Problem details: Starting at the top of the entries below, set down every line exactly, please, until you reach the line with "# Edge-Flange1 profile", which is included too.

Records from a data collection
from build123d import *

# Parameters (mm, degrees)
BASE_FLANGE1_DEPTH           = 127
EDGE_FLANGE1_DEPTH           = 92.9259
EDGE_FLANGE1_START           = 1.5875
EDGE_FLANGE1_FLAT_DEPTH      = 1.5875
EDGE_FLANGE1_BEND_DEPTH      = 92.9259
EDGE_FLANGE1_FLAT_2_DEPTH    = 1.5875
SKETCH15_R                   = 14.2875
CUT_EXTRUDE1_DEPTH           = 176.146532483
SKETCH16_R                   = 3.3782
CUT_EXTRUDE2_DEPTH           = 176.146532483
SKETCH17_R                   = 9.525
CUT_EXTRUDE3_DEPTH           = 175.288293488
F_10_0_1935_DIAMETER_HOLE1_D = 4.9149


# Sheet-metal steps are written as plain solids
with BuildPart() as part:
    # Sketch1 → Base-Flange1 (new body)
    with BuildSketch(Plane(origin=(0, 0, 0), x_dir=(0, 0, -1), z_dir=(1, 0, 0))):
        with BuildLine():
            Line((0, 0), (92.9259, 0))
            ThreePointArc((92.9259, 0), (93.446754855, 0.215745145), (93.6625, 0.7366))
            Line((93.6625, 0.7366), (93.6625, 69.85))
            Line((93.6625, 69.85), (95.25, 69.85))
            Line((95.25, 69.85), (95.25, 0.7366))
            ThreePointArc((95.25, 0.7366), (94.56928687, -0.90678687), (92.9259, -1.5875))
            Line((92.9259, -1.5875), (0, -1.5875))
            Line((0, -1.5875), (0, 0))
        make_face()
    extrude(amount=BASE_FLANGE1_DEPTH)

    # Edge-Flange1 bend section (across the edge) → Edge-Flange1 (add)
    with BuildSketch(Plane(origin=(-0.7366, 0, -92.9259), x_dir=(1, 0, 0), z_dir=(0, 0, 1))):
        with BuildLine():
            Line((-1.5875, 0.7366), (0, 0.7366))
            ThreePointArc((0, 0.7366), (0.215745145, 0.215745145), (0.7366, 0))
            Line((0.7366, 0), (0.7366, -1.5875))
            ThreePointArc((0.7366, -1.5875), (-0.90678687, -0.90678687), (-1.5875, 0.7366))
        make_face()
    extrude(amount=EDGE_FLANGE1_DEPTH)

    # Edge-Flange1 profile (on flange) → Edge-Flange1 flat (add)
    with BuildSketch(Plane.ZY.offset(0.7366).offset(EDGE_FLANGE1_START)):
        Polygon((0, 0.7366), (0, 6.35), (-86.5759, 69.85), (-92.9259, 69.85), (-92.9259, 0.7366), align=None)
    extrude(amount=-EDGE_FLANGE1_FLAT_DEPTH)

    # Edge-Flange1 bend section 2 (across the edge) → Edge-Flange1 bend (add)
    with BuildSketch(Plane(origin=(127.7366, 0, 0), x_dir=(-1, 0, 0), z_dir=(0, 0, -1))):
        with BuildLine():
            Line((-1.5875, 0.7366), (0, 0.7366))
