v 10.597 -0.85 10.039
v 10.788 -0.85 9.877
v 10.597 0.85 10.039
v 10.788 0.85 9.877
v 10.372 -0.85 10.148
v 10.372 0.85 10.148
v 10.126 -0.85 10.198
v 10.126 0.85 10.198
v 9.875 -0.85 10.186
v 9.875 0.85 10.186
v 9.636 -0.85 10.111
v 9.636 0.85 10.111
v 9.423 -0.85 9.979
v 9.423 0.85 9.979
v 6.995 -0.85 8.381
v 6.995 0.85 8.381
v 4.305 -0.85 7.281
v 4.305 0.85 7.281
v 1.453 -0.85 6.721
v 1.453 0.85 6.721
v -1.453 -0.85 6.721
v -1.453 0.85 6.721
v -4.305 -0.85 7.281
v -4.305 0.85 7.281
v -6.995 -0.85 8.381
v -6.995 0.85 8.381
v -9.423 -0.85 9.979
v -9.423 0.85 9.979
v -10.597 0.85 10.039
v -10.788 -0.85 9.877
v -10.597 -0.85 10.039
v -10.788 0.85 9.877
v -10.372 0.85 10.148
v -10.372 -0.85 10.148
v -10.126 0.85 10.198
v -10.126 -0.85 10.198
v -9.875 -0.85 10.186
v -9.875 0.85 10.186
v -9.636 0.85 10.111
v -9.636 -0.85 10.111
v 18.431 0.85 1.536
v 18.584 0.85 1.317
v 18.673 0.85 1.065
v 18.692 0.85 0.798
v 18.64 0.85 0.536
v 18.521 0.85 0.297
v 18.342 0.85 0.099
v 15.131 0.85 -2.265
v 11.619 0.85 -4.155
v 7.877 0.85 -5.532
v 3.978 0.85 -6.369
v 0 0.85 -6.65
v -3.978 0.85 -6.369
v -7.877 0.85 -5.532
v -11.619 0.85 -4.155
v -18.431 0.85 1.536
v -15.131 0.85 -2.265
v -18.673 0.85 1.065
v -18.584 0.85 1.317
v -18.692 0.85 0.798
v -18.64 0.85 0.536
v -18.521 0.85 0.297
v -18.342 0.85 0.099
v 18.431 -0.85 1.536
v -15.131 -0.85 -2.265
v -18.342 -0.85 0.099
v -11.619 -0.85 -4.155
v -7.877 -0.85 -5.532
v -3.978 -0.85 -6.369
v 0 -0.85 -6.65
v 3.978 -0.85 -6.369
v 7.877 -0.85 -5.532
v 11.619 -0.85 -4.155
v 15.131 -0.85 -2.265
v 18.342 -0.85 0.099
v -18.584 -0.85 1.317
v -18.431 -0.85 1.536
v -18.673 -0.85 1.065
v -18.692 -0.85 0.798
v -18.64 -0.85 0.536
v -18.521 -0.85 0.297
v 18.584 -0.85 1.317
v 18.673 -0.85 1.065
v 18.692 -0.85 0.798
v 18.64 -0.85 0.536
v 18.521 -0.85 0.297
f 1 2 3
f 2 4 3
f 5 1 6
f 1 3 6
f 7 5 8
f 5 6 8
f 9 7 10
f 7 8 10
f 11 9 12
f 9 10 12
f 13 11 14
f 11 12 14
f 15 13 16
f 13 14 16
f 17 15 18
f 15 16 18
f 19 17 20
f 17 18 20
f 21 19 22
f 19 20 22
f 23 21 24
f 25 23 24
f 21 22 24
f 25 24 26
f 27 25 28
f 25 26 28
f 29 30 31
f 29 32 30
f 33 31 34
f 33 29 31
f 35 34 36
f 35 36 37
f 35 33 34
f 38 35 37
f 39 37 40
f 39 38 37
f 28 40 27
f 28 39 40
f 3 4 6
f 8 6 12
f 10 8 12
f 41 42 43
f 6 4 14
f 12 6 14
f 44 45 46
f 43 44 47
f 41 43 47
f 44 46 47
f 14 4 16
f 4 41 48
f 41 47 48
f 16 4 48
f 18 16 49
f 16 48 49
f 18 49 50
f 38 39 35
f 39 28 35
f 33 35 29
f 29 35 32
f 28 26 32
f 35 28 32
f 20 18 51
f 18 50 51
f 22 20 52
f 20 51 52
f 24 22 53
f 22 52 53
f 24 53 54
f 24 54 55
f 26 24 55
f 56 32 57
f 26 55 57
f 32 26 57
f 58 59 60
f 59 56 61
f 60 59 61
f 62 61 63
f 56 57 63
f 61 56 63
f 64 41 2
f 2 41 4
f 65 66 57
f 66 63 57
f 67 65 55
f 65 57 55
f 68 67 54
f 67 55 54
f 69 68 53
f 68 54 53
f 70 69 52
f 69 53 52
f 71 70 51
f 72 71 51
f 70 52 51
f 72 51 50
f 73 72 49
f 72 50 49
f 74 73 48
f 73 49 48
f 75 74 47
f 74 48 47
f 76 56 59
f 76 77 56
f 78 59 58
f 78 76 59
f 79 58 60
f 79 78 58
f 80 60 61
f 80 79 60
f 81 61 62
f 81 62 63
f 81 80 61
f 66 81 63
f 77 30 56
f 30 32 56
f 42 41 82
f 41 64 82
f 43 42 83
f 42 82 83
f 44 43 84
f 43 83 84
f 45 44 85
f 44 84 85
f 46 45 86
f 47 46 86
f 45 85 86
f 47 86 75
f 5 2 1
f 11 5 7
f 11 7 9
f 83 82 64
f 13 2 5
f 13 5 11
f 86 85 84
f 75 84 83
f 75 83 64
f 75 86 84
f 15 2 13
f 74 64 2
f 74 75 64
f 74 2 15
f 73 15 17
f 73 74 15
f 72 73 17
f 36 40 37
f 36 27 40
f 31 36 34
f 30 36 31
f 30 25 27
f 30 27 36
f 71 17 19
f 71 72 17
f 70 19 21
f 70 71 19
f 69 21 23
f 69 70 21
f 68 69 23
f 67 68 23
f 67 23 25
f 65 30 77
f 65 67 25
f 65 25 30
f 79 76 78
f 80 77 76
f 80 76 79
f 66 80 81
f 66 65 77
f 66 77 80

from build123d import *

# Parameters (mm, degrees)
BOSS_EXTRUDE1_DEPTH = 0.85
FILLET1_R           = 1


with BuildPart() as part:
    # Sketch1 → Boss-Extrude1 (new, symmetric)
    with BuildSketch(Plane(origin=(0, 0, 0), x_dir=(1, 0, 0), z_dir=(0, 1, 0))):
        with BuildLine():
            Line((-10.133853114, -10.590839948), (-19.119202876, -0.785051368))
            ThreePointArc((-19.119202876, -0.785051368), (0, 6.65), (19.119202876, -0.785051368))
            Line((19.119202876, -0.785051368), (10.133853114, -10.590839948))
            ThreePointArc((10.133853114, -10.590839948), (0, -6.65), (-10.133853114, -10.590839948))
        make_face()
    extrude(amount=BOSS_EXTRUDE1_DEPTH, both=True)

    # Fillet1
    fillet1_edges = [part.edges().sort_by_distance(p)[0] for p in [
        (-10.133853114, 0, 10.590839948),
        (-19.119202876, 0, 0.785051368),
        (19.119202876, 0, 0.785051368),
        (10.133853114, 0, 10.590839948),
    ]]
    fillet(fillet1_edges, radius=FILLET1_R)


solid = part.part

Response for this exercise:
from build123d import *

# Parameters (mm, degrees)
BASE_FLANGE1_DEPTH           = 127
EDGE_FLANGE1_DEPTH           = 92.9259
EDGE_FLANGE1_START           = 1.5875
EDGE_FLANGE1_FLAT_DEPTH      = 1.5875
EDGE_FLANGE1_BEND_DEPTH      = 92.9259
EDGE_FLANGE1_FLAT_2_DEPTH    = 1.5875
SKETCH15_R                   = 14.2875
CUT_EXTRUDE1_DEPTH           = 176.146532483
SKETCH16_R                   = 3.3782
CUT_EXTRUDE2_DEPTH           = 176.146532483
SKETCH17_R                   = 9.525
CUT_EXTRUDE3_DEPTH           = 175.288293488
F_10_0_1935_DIAMETER_HOLE1_D = 4.9149


# Sheet-metal steps are written as plain solids
with BuildPart() as part:
    # Sketch1 → Base-Flange1 (new body)
    with BuildSketch(Plane(origin=(0, 0, 0), x_dir=(0, 0, -1), z_dir=(1, 0, 0))):
        with BuildLine():
            Line((0, 0), (92.9259, 0))
            ThreePointArc((92.9259, 0), (93.446754855, 0.215745145), (93.6625, 0.7366))
            Line((93.6625, 0.7366), (93.6625, 69.85))
            Line((93.6625, 69.85), (95.25, 69.85))
            Line((95.25, 69.85), (95.25, 0.7366))
            ThreePointArc((95.25, 0.7366), (94.56928687, -0.90678687), (92.9259, -1.5875))
            Line((92.9259, -1.5875), (0, -1.5875))
            Line((0, -1.5875), (0, 0))
        make_face()
    extrude(amount=BASE_FLANGE1_DEPTH)

    # Edge-Flange1 bend section (across the edge) → Edge-Flange1 (add)
    with BuildSketch(Plane(origin=(-0.7366, 0, -92.9259), x_dir=(1, 0, 0), z_dir=(0, 0, 1))):
        with BuildLine():
            Line((-1.5875, 0.7366), (0, 0.7366))
            ThreePointArc((0, 0.7366), (0.215745145, 0.215745145), (0.7366, 0))
            Line((0.7366, 0), (0.7366, -1.5875))
            ThreePointArc((0.7366, -1.5875), (-0.90678687, -0.90678687), (-1.5875, 0.7366))
        make_face()
    extrude(amount=EDGE_FLANGE1_DEPTH)

    # Edge-Flange1 profile (on flange) → Edge-Flange1 flat (add)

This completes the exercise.